Sendo o mar Portugues um dos de maior trafego marinho internacional (por fazermos a ponte entre a Asia e as Americas, não achas motivos de preocupação a contaminação das aguas com petroleos e restos de combustiveis (isto para já não falar, na lavagem dos próprios porões e tanques desses mesmos navios) ?

Não ponho em causa se a agua do mar é ou não é boa para os nossos aquarios. Ponho em causa é se a podemos colectar com que confiança e onde.

Se tivesse um amigo com barco que me ajudasse a apanhar água a umas ilhas da costa, certamente eu não hesitaria em usa-la. Agora apanha-la junto a costa, sabendo que temos o mar contaminado, acho um risco para o qual o aquariofilista deve estar desperto.
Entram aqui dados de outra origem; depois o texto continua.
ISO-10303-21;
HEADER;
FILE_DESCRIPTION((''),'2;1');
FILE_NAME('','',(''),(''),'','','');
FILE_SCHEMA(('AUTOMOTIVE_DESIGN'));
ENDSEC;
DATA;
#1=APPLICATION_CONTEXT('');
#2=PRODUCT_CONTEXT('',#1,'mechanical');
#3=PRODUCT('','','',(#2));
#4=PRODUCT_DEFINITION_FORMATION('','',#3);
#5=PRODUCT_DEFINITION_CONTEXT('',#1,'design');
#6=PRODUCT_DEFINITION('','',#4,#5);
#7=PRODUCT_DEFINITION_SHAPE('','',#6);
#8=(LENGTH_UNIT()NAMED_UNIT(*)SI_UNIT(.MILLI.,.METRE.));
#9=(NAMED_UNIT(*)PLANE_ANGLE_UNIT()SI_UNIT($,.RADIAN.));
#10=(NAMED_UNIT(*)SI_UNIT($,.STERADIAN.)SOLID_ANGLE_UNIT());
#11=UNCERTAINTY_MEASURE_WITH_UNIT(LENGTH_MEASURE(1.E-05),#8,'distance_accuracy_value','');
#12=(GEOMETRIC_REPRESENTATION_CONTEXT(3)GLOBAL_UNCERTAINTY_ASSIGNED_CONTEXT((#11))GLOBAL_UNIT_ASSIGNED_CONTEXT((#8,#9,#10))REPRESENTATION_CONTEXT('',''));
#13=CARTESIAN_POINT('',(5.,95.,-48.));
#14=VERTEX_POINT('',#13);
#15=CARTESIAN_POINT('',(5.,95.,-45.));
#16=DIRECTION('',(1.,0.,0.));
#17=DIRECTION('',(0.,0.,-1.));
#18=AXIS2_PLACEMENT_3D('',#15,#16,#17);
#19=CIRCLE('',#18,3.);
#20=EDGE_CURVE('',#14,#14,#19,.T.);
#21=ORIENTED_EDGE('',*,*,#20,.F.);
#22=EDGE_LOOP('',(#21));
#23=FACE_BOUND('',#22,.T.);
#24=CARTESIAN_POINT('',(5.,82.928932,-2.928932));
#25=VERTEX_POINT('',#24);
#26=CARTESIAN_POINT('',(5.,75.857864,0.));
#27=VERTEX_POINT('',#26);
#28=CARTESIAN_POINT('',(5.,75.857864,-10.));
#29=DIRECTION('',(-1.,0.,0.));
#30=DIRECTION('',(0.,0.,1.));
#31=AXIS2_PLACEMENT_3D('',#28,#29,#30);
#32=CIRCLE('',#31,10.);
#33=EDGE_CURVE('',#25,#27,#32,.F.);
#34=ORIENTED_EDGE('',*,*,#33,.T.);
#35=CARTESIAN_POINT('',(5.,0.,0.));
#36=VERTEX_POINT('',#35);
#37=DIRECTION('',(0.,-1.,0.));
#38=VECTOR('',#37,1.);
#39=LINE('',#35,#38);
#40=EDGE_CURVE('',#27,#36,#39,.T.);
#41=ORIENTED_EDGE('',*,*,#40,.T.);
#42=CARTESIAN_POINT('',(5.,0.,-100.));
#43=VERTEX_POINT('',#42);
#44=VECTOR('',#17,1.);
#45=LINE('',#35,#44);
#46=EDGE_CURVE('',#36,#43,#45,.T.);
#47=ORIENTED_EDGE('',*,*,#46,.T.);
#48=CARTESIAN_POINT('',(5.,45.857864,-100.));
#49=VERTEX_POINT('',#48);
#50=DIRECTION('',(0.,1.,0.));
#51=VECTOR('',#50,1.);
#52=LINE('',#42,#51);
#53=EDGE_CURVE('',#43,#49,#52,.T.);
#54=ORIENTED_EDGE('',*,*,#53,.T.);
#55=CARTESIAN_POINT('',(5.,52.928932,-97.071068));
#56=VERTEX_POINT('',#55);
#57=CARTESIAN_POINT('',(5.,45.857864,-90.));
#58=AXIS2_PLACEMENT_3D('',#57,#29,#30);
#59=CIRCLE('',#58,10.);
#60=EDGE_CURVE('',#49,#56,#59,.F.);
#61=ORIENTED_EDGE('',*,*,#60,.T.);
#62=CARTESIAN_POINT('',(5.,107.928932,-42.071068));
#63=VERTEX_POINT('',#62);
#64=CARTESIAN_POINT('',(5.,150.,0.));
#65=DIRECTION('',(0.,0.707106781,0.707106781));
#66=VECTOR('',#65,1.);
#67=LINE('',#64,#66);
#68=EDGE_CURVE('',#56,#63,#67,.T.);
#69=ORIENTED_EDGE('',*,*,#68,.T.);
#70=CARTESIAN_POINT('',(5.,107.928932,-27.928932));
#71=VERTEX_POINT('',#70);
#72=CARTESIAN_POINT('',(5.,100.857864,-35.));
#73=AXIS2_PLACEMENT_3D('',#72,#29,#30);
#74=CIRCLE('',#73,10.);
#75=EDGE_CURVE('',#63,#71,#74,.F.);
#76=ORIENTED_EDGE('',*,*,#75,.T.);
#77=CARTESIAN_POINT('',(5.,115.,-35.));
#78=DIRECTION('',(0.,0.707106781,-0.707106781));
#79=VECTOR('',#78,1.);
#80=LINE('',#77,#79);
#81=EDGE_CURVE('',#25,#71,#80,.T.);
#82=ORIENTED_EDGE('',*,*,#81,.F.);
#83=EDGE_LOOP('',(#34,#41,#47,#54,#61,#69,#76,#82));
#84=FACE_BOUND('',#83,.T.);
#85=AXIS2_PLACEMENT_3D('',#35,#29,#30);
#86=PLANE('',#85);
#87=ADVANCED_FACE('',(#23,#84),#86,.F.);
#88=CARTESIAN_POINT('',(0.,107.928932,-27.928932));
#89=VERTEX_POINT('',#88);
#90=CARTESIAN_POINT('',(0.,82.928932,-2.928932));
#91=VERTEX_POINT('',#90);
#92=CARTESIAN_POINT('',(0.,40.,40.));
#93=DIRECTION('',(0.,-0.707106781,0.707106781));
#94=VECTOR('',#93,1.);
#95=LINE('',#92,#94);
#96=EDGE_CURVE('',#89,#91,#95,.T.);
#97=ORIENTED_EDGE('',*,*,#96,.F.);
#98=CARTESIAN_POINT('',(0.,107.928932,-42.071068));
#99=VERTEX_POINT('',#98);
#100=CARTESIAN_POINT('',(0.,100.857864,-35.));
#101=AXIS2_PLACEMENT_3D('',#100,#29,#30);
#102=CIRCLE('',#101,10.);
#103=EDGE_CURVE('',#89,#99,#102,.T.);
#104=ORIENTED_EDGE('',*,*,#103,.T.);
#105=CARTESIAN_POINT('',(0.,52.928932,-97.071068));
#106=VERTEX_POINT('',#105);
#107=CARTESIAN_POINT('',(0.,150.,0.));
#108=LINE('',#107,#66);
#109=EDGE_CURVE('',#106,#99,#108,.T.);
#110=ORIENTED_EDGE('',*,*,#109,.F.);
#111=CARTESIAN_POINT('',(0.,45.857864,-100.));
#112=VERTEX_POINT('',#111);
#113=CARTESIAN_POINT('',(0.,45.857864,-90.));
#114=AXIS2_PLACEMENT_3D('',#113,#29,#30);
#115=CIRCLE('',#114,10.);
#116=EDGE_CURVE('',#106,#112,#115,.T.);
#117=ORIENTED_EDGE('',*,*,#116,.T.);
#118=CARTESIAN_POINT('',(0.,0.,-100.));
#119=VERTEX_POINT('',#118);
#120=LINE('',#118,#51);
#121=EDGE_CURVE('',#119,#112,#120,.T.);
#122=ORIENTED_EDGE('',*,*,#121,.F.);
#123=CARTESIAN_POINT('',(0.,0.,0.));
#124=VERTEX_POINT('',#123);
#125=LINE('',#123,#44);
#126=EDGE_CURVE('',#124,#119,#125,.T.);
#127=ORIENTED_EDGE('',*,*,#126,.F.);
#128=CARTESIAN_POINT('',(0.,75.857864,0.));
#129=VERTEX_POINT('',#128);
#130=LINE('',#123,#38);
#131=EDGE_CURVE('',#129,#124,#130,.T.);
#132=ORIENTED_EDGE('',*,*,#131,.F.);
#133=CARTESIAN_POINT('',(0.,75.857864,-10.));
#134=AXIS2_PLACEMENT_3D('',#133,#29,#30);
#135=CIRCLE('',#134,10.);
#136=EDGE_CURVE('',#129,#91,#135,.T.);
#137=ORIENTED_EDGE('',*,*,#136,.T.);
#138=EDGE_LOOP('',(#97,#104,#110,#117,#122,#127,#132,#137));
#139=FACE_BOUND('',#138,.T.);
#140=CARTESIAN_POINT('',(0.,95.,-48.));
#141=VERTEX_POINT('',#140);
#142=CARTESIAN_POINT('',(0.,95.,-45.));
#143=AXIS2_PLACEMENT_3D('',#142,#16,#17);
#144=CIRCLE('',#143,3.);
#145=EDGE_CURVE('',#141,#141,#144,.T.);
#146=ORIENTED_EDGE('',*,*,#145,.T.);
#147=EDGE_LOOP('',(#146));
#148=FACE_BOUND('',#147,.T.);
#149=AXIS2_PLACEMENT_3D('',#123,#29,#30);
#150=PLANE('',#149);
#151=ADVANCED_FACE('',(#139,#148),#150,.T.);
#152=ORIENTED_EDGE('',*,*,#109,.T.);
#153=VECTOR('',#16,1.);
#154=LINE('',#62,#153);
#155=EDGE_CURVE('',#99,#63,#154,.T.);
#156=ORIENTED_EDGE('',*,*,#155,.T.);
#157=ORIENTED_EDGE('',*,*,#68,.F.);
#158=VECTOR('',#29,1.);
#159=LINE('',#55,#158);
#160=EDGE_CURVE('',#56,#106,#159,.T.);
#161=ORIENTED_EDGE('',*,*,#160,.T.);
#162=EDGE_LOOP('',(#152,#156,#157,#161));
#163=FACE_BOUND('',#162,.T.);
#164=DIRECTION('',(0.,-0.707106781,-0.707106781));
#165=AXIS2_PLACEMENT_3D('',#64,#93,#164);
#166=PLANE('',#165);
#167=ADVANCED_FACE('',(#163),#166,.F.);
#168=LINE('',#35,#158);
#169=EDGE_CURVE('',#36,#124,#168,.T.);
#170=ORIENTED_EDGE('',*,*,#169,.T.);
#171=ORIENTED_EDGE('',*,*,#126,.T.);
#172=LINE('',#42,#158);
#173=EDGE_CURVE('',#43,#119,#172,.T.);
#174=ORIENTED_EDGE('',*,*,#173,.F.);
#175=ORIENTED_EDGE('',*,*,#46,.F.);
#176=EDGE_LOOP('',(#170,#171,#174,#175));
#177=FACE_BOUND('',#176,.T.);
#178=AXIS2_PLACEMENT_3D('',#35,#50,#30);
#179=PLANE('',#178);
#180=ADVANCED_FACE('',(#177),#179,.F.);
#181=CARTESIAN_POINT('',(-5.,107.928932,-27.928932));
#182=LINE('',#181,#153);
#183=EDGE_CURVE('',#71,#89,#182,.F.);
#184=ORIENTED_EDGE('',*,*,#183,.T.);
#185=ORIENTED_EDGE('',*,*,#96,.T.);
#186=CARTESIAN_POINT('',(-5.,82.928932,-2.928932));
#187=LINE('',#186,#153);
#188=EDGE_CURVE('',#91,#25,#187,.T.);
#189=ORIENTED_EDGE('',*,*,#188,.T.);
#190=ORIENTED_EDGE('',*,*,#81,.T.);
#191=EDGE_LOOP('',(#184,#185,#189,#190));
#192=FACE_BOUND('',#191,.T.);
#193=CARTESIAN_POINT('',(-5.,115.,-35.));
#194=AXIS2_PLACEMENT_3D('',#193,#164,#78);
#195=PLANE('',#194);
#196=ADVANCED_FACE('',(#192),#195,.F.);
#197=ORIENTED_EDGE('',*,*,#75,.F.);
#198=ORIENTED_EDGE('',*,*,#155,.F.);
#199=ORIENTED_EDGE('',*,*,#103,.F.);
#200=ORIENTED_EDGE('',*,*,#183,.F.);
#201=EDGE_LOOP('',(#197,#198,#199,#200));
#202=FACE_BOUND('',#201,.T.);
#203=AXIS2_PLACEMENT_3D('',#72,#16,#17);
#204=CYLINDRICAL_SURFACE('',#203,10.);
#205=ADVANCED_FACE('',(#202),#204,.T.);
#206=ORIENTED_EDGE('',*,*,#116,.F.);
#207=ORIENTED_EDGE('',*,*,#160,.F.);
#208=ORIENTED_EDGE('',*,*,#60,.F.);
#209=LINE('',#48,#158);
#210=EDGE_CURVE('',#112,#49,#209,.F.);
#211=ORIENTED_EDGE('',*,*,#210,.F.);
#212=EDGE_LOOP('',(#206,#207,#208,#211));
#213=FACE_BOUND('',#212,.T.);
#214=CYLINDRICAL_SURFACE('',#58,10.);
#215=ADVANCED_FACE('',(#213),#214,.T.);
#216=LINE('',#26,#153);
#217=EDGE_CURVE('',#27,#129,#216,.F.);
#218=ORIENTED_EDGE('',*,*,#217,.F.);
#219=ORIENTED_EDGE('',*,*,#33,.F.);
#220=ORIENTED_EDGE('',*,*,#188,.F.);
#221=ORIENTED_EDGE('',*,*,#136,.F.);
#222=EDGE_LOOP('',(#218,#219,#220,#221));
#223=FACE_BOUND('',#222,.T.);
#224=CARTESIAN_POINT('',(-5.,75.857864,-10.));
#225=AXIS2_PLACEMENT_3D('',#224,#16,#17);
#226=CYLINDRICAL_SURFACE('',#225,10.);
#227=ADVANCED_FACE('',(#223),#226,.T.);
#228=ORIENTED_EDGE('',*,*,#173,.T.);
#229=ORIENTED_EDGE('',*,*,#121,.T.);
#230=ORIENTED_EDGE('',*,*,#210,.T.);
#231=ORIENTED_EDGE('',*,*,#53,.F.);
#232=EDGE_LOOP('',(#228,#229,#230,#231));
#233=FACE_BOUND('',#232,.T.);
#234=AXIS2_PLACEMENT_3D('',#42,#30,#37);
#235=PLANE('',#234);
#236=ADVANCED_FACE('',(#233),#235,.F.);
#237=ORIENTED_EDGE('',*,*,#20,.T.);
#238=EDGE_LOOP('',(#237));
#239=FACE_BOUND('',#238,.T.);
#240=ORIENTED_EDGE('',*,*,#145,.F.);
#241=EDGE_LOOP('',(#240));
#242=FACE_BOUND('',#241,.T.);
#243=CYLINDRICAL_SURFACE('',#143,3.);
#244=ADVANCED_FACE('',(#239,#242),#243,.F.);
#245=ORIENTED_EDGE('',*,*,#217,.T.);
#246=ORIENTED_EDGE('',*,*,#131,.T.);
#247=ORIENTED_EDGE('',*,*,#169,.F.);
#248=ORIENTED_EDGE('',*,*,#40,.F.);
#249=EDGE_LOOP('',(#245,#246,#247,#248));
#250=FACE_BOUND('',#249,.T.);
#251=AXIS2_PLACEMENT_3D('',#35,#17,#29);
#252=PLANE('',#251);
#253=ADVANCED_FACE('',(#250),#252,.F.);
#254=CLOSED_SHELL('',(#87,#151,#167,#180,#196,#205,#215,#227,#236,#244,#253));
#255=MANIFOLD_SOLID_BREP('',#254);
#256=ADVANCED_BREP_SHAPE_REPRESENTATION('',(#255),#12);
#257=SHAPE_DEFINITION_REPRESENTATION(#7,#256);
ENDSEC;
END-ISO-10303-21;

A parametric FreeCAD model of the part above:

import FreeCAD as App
import Part
import Sketcher

V = App.Vector


def edges_at(feature, points):
    """Names of the edges that pass closest to the given points."""
    edges = feature.Shape.Edges
    near = lambda p: min(range(len(edges)), key=lambda i: edges[i].distToShape(Part.Vertex(*p))[0])
    return sorted({f"Edge{near(p) + 1}" for p in points})


def add_polygon(sketch, points):
    """Adds a closed chain of lines whose ends are joined by coincident constraints."""
    first, n = sketch.GeometryCount, len(points)
    for a, b in zip(points, points[1:] + points[:1]):
        sketch.addGeometry(Part.LineSegment(App.Vector(*a, 0), App.Vector(*b, 0)), False)
    for i in range(n):
        sketch.addConstraint(Sketcher.Constraint("Coincident", first + i, 2, first + (i + 1) % n, 1))

doc = App.newDocument("Part")
params = doc.addObject("Spreadsheet::Sheet", "Params")
for row, (alias, value) in enumerate([
    ("sketch1_width", "150 mm"),
    ("sketch1_width2", "50 mm"),
    ("sketch1_height", "100 mm"),
    ("pad1_length", "5 mm"),
    ("sketch2_diameter", "6 mm"),
    ("pocket1_length", "5 mm"),
    ("sketch3_width", "70 mm"),
    ("pocket2_length", "10 mm"),
    ("fillet_radius", "10 mm"),
], start=1):
    params.set(f"A{row}", alias)
    params.set(f"B{row}", "=" + value)
    params.setAlias(f"B{row}", alias)

body = doc.addObject("PartDesign::Body", "Body")

# Sketch on YZ plane
sketch1 = body.newObject("Sketcher::SketchObject", "Sketch")
sketch1.AttachmentSupport = (doc.getObject("YZ_Plane"), [""])
sketch1.MapMode = "FlatFace"
add_polygon(sketch1, [(50, -100), (150, 0), (0, 0), (0, -100)])  # lines 0-3
sketch1.addConstraint(Sketcher.Constraint("Horizontal", 1))
sketch1.addConstraint(Sketcher.Constraint("Vertical", 2))
sketch1.addConstraint(Sketcher.Constraint("Horizontal", 3))
sketch1.addConstraint(Sketcher.Constraint("Coincident", 1, 2, -1, 1))
sketch1.addConstraint(Sketcher.Constraint("DistanceX", 1, 2, 1, 1, 150.0))
sketch1.addConstraint(Sketcher.Constraint("DistanceX", 3, 1, 3, 2, 50.0))
sketch1.addConstraint(Sketcher.Constraint("DistanceY", 2, 2, 2, 1, 100.0))
sketch1.setExpression("Constraints[8]", "Params.sketch1_width")
sketch1.setExpression("Constraints[9]", "Params.sketch1_width2")
sketch1.setExpression("Constraints[10]", "Params.sketch1_height")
Acredito que um aquarista pode usar toda a vida agua natural sem ter problemas, mas, tambem acredito que uma vez, e basta uma vez, apanhe uma má colecta e possa deitar tudo a perder, o que com tanta dedicação, custo e trabalho, deu para estabilizar e ver crescer no seu aquario.

----------


## Paulo Bravo

Boas
Eu uma vez por mes vou ao cabo raso buscar agua,trago 10 bidons de 65 litros,mas so começei a fazer mudas com grande quantidade de agua a 2 meses pois antes disso eu so mudava mais ou menos 65 litros de agua natural por mes,mas com estava a ter uma praga de algas por todo o aquario,resolvi fazer uma muda grande ,assim começei a cerca de 2 meses a fazer mudas de sensivelmente de 650 litros de agua natural,repartida por todo o mes e claro,e posso dizer que os corais estao lindos ,a rocha viva estava cheia de algas passaram a desaparecer aos poucos,assim como no areao,e posso dizer que tudo melhorou bastante alem de como eu disse ja usar agua natural so que em menores quantidades juntamente com agua de osmose e sal sintetico.
Alem de poupar no sal e em alguns aditivos ainda tenho o prazer de ter  o aquario com melhor aspecto e mais saudavel.Já era adepto da agua natural agora ainda mais,a agua do cabo raso e muito boa e muito limpa.
Por 5 vezes que la fui estavam la por 3 vezes autotamques a carregar agua do mar um deles eram biologos marinhos pois estavam a fazer analizes a agua pois eu perguntei-lhes se a agua estava em comdiçoes e se era boa e eles responderam-me que nao havia melhor em muitos km em redor.Eu so de perto da Ericeira mas nem de perto se me ofereceçem a agua aqui da zona eu a ponha no meu aquario,façam as analizes e comprovem...nem dada  :Prabaixo:  .
Por isso eu aconselho a todos que poderem a la ir e se preçisarem de encher bidons e so dizer que eu dou uma ajuda e questao de combinarmos e la irmos todos aproveitamdo uma s horas de convivio e amizade....
um abraço

----------


## Gustavo Duarte

Jucaaaaa que tanto de perguntassssss....


Estou meio tonto! Vmaos ver se consigo responder todas, pois tem umas que só com um estudo mais aprofundado pra responder.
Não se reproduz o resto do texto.